Work to be completed -
If a line in the records below contains "UNSPECIFIED", copy that line.

Supplied information -
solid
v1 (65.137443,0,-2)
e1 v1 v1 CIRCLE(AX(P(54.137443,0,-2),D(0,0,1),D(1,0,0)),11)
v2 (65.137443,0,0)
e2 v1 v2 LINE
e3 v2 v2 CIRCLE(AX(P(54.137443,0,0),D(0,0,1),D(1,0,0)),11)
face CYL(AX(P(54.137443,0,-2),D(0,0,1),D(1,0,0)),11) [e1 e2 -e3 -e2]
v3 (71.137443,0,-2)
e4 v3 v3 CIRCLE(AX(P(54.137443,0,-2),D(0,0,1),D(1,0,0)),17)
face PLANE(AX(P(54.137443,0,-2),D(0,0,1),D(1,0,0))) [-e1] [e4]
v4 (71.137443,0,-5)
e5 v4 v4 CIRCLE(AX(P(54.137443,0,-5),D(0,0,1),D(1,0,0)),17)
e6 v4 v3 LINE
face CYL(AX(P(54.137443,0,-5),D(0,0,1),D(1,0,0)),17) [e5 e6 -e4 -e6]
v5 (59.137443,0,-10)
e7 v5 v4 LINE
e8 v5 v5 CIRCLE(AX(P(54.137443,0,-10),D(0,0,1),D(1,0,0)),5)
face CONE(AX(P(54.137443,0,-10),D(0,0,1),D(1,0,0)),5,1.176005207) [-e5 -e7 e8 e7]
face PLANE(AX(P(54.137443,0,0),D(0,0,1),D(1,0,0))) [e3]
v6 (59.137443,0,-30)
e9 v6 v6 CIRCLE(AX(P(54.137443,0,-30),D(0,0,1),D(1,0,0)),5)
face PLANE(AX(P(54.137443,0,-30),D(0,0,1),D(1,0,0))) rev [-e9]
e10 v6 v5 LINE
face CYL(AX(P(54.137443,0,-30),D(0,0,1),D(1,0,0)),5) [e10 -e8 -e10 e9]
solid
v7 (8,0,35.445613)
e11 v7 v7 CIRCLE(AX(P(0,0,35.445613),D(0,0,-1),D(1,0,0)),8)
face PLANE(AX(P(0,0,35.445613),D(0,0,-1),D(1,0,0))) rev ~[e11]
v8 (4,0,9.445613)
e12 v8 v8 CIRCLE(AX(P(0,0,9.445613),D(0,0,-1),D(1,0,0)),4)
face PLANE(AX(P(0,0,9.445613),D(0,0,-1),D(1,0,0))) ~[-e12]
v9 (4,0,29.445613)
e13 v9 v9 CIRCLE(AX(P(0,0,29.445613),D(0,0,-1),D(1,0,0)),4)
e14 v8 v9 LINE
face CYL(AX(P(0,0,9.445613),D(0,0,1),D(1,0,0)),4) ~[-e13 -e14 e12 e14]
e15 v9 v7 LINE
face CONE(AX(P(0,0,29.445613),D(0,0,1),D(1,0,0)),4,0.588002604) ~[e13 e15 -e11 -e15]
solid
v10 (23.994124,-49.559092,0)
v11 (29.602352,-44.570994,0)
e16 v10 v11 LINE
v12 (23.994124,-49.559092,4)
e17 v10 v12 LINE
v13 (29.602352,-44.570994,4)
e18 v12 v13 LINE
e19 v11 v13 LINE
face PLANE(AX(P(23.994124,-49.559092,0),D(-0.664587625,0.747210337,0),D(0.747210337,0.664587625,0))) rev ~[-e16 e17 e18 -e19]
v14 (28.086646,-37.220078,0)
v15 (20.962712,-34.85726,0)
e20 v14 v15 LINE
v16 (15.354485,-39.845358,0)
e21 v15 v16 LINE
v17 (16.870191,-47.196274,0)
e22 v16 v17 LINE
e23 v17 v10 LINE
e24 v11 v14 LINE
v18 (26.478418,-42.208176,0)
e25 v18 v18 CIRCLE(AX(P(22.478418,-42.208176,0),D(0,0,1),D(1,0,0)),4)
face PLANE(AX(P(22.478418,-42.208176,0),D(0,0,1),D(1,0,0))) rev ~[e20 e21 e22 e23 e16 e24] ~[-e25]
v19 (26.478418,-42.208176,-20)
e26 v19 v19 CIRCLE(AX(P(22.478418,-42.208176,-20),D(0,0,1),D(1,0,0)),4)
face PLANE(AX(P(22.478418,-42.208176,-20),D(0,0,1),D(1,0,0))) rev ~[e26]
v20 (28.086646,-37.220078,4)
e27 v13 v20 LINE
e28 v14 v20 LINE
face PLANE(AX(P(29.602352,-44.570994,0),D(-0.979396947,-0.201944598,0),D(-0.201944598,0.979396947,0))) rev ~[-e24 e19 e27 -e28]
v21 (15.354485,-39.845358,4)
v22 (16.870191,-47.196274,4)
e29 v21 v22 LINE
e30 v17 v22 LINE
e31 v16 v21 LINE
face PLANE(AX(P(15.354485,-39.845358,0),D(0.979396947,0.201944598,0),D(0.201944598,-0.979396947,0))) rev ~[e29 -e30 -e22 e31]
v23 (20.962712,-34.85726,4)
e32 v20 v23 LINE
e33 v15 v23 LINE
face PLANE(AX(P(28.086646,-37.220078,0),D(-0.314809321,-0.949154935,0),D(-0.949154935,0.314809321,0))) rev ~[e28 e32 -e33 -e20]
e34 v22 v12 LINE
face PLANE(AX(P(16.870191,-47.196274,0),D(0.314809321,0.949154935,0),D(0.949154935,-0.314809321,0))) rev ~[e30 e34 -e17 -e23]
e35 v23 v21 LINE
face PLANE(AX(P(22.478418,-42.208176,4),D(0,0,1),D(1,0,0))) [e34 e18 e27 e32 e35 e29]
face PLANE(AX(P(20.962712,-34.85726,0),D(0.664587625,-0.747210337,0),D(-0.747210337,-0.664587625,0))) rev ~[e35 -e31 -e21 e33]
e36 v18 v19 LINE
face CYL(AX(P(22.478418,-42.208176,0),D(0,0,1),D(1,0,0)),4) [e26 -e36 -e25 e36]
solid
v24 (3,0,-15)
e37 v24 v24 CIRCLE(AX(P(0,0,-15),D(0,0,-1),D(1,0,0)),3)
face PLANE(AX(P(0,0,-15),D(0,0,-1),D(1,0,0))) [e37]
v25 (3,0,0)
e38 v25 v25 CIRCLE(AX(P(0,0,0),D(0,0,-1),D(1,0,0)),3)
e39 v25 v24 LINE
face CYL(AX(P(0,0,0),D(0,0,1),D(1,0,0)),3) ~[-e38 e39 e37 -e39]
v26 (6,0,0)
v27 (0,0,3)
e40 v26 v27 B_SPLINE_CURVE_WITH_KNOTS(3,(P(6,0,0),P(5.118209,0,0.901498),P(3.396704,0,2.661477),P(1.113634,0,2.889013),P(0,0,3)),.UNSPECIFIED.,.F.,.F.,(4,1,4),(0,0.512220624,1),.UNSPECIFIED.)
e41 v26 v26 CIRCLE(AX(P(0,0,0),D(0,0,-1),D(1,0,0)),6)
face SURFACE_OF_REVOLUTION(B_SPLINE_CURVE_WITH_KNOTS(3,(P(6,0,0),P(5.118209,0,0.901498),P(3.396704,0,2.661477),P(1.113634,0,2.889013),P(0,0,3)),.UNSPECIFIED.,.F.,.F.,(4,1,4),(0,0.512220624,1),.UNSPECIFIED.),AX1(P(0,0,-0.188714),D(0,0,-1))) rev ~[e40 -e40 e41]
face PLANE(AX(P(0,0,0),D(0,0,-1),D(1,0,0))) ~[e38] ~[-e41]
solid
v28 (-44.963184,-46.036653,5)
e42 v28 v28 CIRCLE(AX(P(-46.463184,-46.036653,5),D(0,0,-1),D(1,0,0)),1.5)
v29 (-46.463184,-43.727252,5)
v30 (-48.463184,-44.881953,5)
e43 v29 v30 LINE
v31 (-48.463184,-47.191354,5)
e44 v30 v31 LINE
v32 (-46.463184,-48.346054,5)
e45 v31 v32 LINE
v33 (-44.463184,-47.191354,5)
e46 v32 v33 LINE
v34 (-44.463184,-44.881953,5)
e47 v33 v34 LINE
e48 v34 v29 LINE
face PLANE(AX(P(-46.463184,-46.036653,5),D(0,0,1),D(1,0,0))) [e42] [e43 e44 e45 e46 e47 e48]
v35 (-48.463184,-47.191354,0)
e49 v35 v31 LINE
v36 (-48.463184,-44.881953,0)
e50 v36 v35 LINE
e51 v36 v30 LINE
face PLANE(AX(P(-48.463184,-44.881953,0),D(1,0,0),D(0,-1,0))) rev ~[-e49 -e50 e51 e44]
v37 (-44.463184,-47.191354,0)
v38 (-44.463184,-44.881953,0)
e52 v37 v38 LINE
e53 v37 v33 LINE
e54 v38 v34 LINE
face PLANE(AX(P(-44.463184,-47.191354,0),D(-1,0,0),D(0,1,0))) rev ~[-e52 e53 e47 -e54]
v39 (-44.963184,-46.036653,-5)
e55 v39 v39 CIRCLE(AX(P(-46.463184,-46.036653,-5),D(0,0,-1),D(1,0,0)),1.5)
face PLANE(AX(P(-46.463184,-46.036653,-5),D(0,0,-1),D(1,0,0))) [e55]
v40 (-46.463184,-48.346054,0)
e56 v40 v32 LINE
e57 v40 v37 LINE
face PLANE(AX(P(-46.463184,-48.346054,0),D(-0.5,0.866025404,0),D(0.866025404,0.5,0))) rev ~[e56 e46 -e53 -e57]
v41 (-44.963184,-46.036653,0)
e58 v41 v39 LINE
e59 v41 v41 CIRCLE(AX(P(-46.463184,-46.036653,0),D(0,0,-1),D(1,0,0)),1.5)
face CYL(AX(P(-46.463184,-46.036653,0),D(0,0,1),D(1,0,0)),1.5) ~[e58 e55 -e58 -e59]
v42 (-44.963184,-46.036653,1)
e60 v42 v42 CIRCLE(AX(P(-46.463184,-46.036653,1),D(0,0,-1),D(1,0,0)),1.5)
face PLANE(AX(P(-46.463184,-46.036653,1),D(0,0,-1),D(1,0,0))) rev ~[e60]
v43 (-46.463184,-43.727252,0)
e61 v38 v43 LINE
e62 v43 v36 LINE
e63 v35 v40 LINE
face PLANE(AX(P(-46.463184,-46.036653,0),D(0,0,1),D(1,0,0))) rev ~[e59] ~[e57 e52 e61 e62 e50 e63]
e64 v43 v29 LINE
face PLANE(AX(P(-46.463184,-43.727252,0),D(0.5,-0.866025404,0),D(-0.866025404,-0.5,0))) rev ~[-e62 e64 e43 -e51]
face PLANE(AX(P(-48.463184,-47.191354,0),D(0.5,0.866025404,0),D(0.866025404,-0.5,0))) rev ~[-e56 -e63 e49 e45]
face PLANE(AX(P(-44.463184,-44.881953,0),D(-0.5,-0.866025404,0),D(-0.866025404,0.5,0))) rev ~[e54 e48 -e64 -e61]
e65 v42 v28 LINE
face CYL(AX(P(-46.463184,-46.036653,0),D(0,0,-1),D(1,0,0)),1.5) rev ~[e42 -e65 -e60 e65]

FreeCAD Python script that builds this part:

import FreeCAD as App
import Part
import Sketcher
Q = App.Units.Quantity


def add_polygon(sketch, points):
    """Adds a closed chain of lines whose ends are joined by coincident constraints."""
    first, n = sketch.GeometryCount, len(points)
    for a, b in zip(points, points[1:] + points[:1]):
        sketch.addGeometry(Part.LineSegment(App.Vector(*a, 0), App.Vector(*b, 0)), False)
    for i in range(n):
        sketch.addConstraint(Sketcher.Constraint("Coincident", first + i, 2, first + (i + 1) % n, 1))

doc = App.newDocument("Part")
body = doc.addObject("PartDesign::Body", "Body")

sketch1 = body.newObject("Sketcher::SketchObject", "Sketch")
sketch1.AttachmentSupport = (doc.getObject("XZ_Plane"), [""])
sketch1.MapMode = "FlatFace"
sketch1.addGeometry([
    Part.BSplineCurve([App.Vector(6, 0, 0), App.Vector(5.118209, 0.901498, 0), App.Vector(3.396704, 2.661477, 0), App.Vector(1.113634, 2.889013, 0), App.Vector(0, 3, 0)], [4, 1, 4], [0, 0.512220624, 1], False, 3, [1, 1, 1, 1, 1], False),
    Part.LineSegment(App.Vector(0, 3, 0), App.Vector(0, 0, 0)),
    Part.LineSegment(App.Vector(0, 0, 0), App.Vector(6, 0, 0)),
], False)
sketch1.addConstraint([
    Sketcher.Constraint("Block", 0),
    Sketcher.Constraint("Coincident", 0, 2, 1, 1),
    Sketcher.Constraint("Coincident", 1, 2, 2, 1),
    Sketcher.Constraint("Coincident", 2, 2, 0, 1),
    Sketcher.Constraint("Vertical", 1),
    Sketcher.Constraint("Horizontal", 2),
])
revolution = body.newObject("PartDesign::Revolution", "Revolution")
revolution.Profile = sketch1
revolution.ReferenceAxis = (sketch1, ["V_Axis"])
revolution.Angle = 360

sketch2 = body.newObject("Sketcher::SketchObject", "Sketch001")
sketch2.AttachmentSupport = (doc.getObject("XY_Plane"), [""])
sketch2.MapMode = "FlatFace"
sketch2.addGeometry(Part.Circle(App.Vector(0, 0, 0), App.Vector(0, 0, 1), 3), False)
sketch2.addConstraint([
    Sketcher.Constraint("Coincident", 0, 3, -1, 1),
    Sketcher.Constraint("Diameter", 0, Q("6 mm")),
])
pad1 = body.newObject("PartDesign::Pad", "Pad")
pad1.Profile = sketch2
pad1.Length = 15
pad1.Reversed = True
body2 = doc.addObject("PartDesign::Body", "Body001")

sketch3 = body2.newObject("Sketcher::SketchObject", "Sketch002")
sketch3.AttachmentSupport = (doc.getObject("XZ_Plane001"), [""])
sketch3.MapMode = "FlatFace"
add_polygon(sketch3, [(8, 35.4), (0, 35.4), (0, 9.4), (4, 9.4), (4, 29.4)])
sketch3.addConstraint([
    Sketcher.Constraint("Horizontal", 0),
    Sketcher.Constraint("Vertical", 1),
    Sketcher.Constraint("Horizontal", 2),
    Sketcher.Constraint("Vertical", 3),
    Sketcher.Constraint("PointOnObject", 0, 2, -2),
    Sketcher.Constraint("DistanceX", 0, 2, 0, 1, Q("8 mm")),
    Sketcher.Constraint("DistanceX", 2, 1, 2, 2, Q("4 mm")),
    Sketcher.Constraint("DistanceY", 1, 2, 1, 1, Q("26 mm")),
    Sketcher.Constraint("DistanceY", 3, 1, 3, 2, Q("20 mm")),
    Sketcher.Constraint("DistanceY", -1, 1, 0, 2, Q("35.445613 mm")),
])
revolution2 = body2.newObject("PartDesign::Revolution", "Revolution001")
revolution2.Profile = sketch3
revolution2.ReferenceAxis = (sketch3, ["V_Axis"])
revolution2.Angle = 360
body3 = doc.addObject("PartDesign::Body", "Body002")

sketch4 = body3.newObject("Sketcher::SketchObject", "Sketch003")
sketch4.AttachmentSupport = (doc.getObject("XY_Plane002"), [""])
sketch4.MapMode = "FlatFace"
sketch4.addGeometry(Part.Circle(App.Vector(22.5, -42.2, 0), App.Vector(0, 0, 1), 4), False)
sketch4.addConstraint([
    Sketcher.Constraint("Diameter", 0, Q("8 mm")),
    Sketcher.Constraint("DistanceX", -1, 1, 0, 3, Q("22.478418 mm")),
    Sketcher.Constraint("DistanceY", 0, 3, -1, 1, Q("42.208176 mm")),
])
pad2 = body3.newObject("PartDesign::Pad", "Pad001")
pad2.Profile = sketch4
pad2.Length = 20
pad2.Reversed = True

sketch5 = body3.newObject("Sketcher::SketchObject", "Sketch004")
sketch5.AttachmentSupport = (doc.getObject("XY_Plane002"), [""])
sketch5.MapMode = "FlatFace"
add_polygon(sketch5, [(21, -35), (15, -40), (17, -47), (24, -50), (30, -45), (28, -37)])
sketch5.addConstraint([
    Sketcher.Constraint("Parallel", 0, 3),
    Sketcher.Constraint("Parallel", 1, 4),
    Sketcher.Constraint("Parallel", 2, 5),
    Sketcher.Constraint("Equal", 0, 1),
    Sketcher.Constraint("Equal", 1, 2),
    Sketcher.Constraint("Equal", 2, 3),
    Sketcher.Constraint("DistanceX", -1, 1, 1, 2, Q("16.870191 mm")),
    Sketcher.Constraint("DistanceX", -1, 1, 3, 2, Q("29.602352 mm")),
    Sketcher.Constraint("DistanceY", 4, 2, -1, 1, Q("37.220078 mm")),
    Sketcher.Constraint("DistanceY", 5, 2, -1, 1, Q("34.85726 mm")),
    Sketcher.Constraint("DistanceX", 0, 2, 2, 2, Q("8.639639 mm")),
    Sketcher.Constraint("DistanceY", 1, 2, 3, 2, Q("2.62528 mm")),
])
pad3 = body3.newObject("PartDesign::Pad", "Pad002")
pad3.Profile = sketch5
pad3.Length = 4
body4 = doc.addObject("PartDesign::Body", "Body003")

sketch6 = body4.newObject("Sketcher::SketchObject", "Sketch005")
sketch6.AttachmentSupport = (doc.getObject("XY_Plane003"), [""])
sketch6.MapMode = "FlatFace"
add_polygon(sketch6, [(-44.5, -47.2), (-44.5, -44.9), (-46.5, -43.7), (-48.5, -44.9), (-48.5, -47.2), (-46.5, -48.3)])
sketch6.addConstraint([
    Sketcher.Constraint("Vertical", 0),
    Sketcher.Constraint("Vertical", 3),
    Sketcher.Constraint("Parallel", 1, 4),
    Sketcher.Constraint("Parallel", 2, 5),
    Sketcher.Constraint("Horizontal", 0, 2, 2, 2),
    Sketcher.Constraint("Horizontal", 3, 2, 5, 2),
    Sketcher.Constraint("Vertical", 1, 2, 4, 2),
    Sketcher.Constraint("Angle", 1, Q("150 deg")),
    Sketcher.Constraint("DistanceX", 1, 2, 0, 2, Q("2 mm")),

Exercise solution -
e40 v26 v27 B_SPLINE_CURVE_WITH_KNOTS(3,(P(6,0,0),P(5.118209,0,0.901498),P(3.396704,0,2.661477),P(1.113634,0,2.889013),P(0,0,3)),.UNSPECIFIED.,.F.,.F.,(4,1,4),(0,0.512220624,1),.UNSPECIFIED.)
face SURFACE_OF_REVOLUTION(B_SPLINE_CURVE_WITH_KNOTS(3,(P(6,0,0),P(5.118209,0,0.901498),P(3.396704,0,2.661477),P(1.113634,0,2.889013),P(0,0,3)),.UNSPECIFIED.,.F.,.F.,(4,1,4),(0,0.512220624,1),.UNSPECIFIED.),AX1(P(0,0,-0.188714),D(0,0,-1))) rev ~[e40 -e40 e41]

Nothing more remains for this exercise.